# Testing an RO unit



## tiptreemick (4 Apr 2017)

Oh knowledgeable people out there. My RO unit is three years old, used regularly, summer and winter, and is still producing water with a TDS reading of 16 as opposed to my tap water having a reading of around 270. The RO output flow seems to be no less than when new. Does this indicate it is still effective and usable or should I replace it ?


----------



## ian_m (4 Apr 2017)

Try flushing the unit and see if TDS improves.

Test the RO water for chlorine and ammonia as RO units do not guarantee removal of chlorine and chloramine, especially if the state of any pre-filter is unknown.

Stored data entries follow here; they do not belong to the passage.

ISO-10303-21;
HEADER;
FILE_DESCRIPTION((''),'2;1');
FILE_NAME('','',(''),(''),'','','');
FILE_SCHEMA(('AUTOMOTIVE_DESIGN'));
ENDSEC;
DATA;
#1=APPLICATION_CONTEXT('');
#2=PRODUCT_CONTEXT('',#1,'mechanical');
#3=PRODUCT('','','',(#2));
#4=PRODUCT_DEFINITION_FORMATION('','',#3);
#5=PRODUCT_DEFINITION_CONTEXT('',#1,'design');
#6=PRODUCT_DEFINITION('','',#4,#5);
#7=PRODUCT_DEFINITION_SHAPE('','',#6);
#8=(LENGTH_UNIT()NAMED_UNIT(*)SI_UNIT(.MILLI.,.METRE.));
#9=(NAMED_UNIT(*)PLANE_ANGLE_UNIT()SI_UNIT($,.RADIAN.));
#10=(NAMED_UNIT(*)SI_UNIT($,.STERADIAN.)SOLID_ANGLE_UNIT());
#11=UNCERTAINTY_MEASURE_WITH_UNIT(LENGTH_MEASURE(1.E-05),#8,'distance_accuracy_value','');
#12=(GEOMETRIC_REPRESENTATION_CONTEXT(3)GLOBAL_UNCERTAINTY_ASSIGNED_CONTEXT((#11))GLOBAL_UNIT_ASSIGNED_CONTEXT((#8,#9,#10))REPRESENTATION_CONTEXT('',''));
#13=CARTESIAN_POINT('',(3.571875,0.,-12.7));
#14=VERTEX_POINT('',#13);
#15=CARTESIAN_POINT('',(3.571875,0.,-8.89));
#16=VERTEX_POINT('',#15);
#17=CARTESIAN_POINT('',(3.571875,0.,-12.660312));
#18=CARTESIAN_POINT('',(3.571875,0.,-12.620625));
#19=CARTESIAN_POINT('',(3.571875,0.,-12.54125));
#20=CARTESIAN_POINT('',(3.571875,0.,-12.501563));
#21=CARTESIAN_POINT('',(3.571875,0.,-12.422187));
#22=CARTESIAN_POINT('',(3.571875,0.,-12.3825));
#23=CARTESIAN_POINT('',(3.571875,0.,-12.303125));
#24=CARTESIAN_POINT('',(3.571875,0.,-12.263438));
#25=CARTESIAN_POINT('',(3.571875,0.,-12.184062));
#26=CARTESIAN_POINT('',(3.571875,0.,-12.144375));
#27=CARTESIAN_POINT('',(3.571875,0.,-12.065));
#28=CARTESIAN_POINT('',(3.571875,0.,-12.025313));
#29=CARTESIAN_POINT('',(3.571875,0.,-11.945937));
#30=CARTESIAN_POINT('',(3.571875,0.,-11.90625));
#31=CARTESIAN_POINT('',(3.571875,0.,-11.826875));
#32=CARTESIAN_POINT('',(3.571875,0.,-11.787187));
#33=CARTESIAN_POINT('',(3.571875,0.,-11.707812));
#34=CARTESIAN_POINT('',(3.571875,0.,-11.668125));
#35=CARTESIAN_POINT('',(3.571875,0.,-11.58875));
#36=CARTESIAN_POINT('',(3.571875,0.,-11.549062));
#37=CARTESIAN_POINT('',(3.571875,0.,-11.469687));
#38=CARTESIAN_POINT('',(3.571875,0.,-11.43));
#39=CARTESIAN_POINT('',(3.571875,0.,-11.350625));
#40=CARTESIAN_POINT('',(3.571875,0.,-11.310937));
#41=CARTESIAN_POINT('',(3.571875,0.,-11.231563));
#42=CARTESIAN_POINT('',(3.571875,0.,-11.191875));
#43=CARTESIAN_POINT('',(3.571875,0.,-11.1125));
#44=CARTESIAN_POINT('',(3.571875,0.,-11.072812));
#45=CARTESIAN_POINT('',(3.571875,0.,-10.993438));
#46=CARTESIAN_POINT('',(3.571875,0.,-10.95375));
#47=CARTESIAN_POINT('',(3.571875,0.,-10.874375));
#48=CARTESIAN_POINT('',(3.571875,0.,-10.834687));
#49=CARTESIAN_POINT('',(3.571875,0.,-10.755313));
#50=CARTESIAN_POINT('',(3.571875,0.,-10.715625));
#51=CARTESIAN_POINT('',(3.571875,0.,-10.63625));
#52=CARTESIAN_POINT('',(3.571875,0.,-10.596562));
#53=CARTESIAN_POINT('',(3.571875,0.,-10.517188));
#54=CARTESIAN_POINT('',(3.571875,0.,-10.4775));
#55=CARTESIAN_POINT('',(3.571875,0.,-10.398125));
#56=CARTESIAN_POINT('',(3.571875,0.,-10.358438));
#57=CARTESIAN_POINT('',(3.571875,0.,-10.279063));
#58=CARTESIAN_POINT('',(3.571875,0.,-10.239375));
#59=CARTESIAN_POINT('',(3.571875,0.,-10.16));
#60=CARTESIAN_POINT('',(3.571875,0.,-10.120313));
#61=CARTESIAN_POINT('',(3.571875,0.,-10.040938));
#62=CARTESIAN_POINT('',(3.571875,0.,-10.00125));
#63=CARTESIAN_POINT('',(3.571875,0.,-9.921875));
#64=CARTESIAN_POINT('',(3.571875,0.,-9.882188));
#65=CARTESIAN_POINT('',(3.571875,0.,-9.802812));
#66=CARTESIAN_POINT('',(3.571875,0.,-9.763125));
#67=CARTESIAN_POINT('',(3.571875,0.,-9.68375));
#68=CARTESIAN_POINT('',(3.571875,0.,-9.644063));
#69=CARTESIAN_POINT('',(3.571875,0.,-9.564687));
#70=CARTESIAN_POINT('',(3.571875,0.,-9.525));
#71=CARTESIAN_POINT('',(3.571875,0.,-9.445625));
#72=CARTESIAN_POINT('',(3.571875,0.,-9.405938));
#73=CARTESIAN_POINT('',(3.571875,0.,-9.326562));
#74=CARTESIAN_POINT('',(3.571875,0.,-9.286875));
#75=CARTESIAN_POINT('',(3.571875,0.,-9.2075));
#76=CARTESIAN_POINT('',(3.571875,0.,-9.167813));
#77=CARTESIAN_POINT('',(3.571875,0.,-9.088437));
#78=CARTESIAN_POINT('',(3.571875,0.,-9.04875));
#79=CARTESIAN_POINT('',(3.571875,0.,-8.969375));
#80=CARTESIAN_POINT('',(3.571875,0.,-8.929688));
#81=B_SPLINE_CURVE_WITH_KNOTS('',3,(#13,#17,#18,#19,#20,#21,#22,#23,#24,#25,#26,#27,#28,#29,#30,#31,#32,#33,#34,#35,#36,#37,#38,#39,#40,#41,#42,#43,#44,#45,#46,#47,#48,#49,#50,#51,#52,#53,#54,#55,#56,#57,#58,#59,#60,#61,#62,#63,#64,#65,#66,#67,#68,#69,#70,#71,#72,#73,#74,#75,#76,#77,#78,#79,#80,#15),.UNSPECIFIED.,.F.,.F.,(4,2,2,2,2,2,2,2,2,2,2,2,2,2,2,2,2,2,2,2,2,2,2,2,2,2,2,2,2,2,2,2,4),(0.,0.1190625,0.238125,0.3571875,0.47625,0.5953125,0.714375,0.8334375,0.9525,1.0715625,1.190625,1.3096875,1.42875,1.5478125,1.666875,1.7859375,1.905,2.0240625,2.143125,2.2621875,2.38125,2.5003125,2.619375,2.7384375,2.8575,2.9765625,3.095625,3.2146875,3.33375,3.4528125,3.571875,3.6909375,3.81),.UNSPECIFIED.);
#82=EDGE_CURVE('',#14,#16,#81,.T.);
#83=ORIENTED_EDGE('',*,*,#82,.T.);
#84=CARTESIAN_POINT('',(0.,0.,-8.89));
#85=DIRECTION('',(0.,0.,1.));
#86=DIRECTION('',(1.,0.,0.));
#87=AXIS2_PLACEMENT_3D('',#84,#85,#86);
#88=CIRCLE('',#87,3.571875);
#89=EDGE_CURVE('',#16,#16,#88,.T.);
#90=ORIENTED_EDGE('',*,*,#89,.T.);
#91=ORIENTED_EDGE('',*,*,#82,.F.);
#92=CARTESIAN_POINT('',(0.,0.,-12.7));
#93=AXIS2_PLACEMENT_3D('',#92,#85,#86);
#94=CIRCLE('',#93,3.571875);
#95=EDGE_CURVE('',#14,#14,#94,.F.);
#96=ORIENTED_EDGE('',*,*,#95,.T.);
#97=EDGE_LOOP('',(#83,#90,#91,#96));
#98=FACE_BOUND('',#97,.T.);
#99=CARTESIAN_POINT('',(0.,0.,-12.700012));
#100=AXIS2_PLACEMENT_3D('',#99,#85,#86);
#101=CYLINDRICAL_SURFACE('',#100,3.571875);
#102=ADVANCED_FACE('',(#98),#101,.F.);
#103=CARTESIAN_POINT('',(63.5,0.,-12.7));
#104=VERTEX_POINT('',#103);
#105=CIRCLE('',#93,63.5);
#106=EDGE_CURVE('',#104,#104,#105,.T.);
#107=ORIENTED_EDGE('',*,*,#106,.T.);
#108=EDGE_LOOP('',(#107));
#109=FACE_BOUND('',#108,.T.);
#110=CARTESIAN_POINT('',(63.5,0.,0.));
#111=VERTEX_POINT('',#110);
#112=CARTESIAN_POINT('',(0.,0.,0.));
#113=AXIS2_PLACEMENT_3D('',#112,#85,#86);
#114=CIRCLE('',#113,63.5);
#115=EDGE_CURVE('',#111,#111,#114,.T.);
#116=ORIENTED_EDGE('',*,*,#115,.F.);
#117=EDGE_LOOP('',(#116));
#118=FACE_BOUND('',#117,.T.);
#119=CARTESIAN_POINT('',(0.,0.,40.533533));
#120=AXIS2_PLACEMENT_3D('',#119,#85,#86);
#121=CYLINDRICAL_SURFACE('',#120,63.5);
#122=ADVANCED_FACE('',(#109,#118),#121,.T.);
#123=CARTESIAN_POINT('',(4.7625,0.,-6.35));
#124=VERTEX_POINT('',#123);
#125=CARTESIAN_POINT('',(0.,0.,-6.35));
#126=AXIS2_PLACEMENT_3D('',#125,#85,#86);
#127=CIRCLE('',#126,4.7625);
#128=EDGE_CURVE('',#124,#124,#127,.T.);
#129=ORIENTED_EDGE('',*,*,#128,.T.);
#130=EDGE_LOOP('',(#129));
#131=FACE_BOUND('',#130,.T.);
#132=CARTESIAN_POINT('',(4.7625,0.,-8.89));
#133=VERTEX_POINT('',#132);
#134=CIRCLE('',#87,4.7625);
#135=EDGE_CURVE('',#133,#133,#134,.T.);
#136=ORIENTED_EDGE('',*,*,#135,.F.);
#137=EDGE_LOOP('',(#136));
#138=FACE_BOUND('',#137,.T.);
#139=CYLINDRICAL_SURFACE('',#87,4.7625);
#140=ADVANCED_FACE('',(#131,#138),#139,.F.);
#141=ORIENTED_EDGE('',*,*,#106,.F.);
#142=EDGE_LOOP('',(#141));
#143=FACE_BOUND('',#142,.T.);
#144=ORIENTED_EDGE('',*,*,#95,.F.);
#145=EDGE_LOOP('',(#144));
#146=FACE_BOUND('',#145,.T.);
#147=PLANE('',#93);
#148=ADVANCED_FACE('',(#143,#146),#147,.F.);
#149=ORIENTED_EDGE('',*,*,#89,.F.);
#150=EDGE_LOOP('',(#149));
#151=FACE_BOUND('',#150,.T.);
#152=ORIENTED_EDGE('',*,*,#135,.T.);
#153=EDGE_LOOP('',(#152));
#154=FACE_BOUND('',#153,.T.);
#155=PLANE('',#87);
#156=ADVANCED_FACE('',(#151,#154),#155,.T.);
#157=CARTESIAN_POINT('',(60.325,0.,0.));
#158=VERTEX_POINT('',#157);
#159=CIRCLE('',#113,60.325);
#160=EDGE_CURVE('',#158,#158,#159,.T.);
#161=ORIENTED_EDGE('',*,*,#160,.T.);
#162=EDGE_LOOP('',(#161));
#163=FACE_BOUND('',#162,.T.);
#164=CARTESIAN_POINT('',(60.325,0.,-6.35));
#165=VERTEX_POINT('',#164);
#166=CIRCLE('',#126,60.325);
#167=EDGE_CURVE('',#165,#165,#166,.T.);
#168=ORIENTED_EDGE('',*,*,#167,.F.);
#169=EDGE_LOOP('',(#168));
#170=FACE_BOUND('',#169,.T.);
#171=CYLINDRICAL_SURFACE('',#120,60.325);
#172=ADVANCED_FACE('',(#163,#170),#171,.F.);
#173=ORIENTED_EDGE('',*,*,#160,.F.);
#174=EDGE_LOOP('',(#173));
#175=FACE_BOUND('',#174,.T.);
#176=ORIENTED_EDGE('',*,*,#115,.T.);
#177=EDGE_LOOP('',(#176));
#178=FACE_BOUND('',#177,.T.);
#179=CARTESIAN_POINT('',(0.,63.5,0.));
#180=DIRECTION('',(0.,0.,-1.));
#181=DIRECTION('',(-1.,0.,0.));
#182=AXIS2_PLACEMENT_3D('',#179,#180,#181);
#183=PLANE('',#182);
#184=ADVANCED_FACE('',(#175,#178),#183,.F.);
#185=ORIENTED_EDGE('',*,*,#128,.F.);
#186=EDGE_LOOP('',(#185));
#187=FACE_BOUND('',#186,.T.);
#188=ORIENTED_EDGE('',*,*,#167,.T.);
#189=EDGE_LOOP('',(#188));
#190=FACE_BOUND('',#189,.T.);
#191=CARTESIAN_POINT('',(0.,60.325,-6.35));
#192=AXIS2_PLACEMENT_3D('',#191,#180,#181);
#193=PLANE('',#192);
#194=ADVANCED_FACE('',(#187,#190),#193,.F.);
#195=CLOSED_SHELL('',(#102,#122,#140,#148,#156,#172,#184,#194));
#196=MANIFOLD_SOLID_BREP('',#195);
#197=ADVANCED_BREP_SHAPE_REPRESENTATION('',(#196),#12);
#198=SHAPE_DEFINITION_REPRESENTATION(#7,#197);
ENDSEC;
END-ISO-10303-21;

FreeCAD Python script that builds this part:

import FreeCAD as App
import Part
import Sketcher
from FreeCAD import Vector
Q = App.Units.Quantity

doc = App.newDocument("Part")
body = doc.addObject("PartDesign::Body", "Body")

# Sketch on YZ plane
sketch1 = body.newObject("Sketcher::SketchObject", "Sketch")
sketch1.AttachmentSupport = (doc.getObject("YZ_Plane"), [""])
sketch1.MapMode = "FlatFace"
sketch1.addGeometry(Part.LineSegment(Vector(63.5, 0, 0), Vector(60.3, 0, 0)), False)
sketch1.addGeometry(Part.LineSegment(Vector(60.3, 0, 0), Vector(60.3, -6.3, 0)), False)
sketch1.addGeometry(Part.LineSegment(Vector(60.3, -6.3, 0), Vector(0, -6.3, 0)), False)
sketch1.addGeometry(Part.LineSegment(Vector(0, -6.3, 0), Vector(0, -12.7, 0)), False)
sketch1.addGeometry(Part.LineSegment(Vector(0, -12.7, 0), Vector(63.5, -12.7, 0)), False)
sketch1.addGeometry(Part.LineSegment(Vector(63.5, -12.7, 0), Vector(63.5, 0, 0)), False)
sketch1.addConstraint(Sketcher.Constraint("Coincident", 0, 2, 1, 1))
sketch1.addConstraint(Sketcher.Constraint("Coincident", 1, 2, 2, 1))
sketch1.addConstraint(Sketcher.Constraint("Coincident", 2, 2, 3, 1))
sketch1.addConstraint(Sketcher.Constraint("Coincident", 3, 2, 4, 1))
sketch1.addConstraint(Sketcher.Constraint("Coincident", 4, 2, 5, 1))
sketch1.addConstraint(Sketcher.Constraint("Coincident", 5, 2, 0, 1))
sketch1.addConstraint(Sketcher.Constraint("Horizontal", 0))
sketch1.addConstraint(Sketcher.Constraint("Vertical", 1))
sketch1.addConstraint(Sketcher.Constraint("Horizontal", 2))
sketch1.addConstraint(Sketcher.Constraint("Vertical", 3))
sketch1.addConstraint(Sketcher.Constraint("Horizontal", 4))
sketch1.addConstraint(Sketcher.Constraint("Vertical", 5))
sketch1.addConstraint(Sketcher.Constraint("PointOnObject", 0, 2, -1))
sketch1.addConstraint(Sketcher.Constraint("PointOnObject", 2, 2, -2))
sketch1.addConstraint(Sketcher.Constraint("Equal", 1, 3))
sketch1.addConstraint(Sketcher.Constraint("DistanceX", 4, 1, 4, 2, Q("2.5 in")))
sketch1.addConstraint(Sketcher.Constraint("DistanceY", 5, 1, 5, 2, Q("0.5 in")))
sketch1.addConstraint(Sketcher.Constraint("DistanceX", 0, 2, 0, 1, Q("0.125 in")))
revolution = body.newObject("PartDesign::Revolution", "Revolution")
revolution.Profile = sketch1
revolution.ReferenceAxis = (sketch1, ["V_Axis"])
revolution.Angle = 360

# Sketch on XY plane
sketch2 = body.newObject("Sketcher::SketchObject", "Sketch001")
sketch2.AttachmentSupport = (doc.getObject("XY_Plane"), [""])
sketch2.MapMode = "FlatFace"
sketch2.AttachmentOffset = App.Placement(Vector(0, 0, -0.5 * 25.4), App.Rotation())
sketch2.addGeometry(Part.Circle(Vector(0, 0, 0), Vector(0, 0, 1), 3.6), False)
sketch2.addConstraint(Sketcher.Constraint("Coincident", 0, 3, -1, 1))
sketch2.addConstraint(Sketcher.Constraint("Diameter", 0, Q("0.28125 in")))
pocket1 = body.newObject("PartDesign::Pocket", "Pocket")
pocket1.Profile = sketch2
pocket1.Type = "UpToFirst"
pocket1.Reversed = True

Life of RO unit and more importantly the pre-filter depends obviously on usage, care of membrane and how much chlorine/chloramine is present in your water.


----------



## tiptreemick (4 Apr 2017)

Thanks for your reply. I was under the impression that a reduction in TDS values (p.p.m ?, gms per litre ?, carrots per bunch ?) of 270 to 16 was indicative of an effective RO unit, maybe not then.
I can deal with chlorine (no chloramine in local water supply apparently) by other means.


----------



## dw1305 (4 Apr 2017)

Hi all, 





tiptreemick said:


> I was under the impression that a reduction in TDS values (p.p.m ?, gms per litre ?, carrots per bunch ?) of 270 to16 was indicative of an effective RO unit, maybe not then.


PPM, but really measured as conductivity in microS and converted using ~0.6 as a conversion factor (10 microS = 6ppm TDS).

It is a higher TDS reading than you should get, suggesting that at least one of the components needs replacing. If the carbon filter is allowing chlorine through it will damage the RO membrane.

cheers Darrel


----------



## tiptreemick (5 Apr 2017)

Thanks for that info Darrel. I'll toddle off down the local dealer and get a new RO unit. I needed a good excuse to go there anyway.

Mick


----------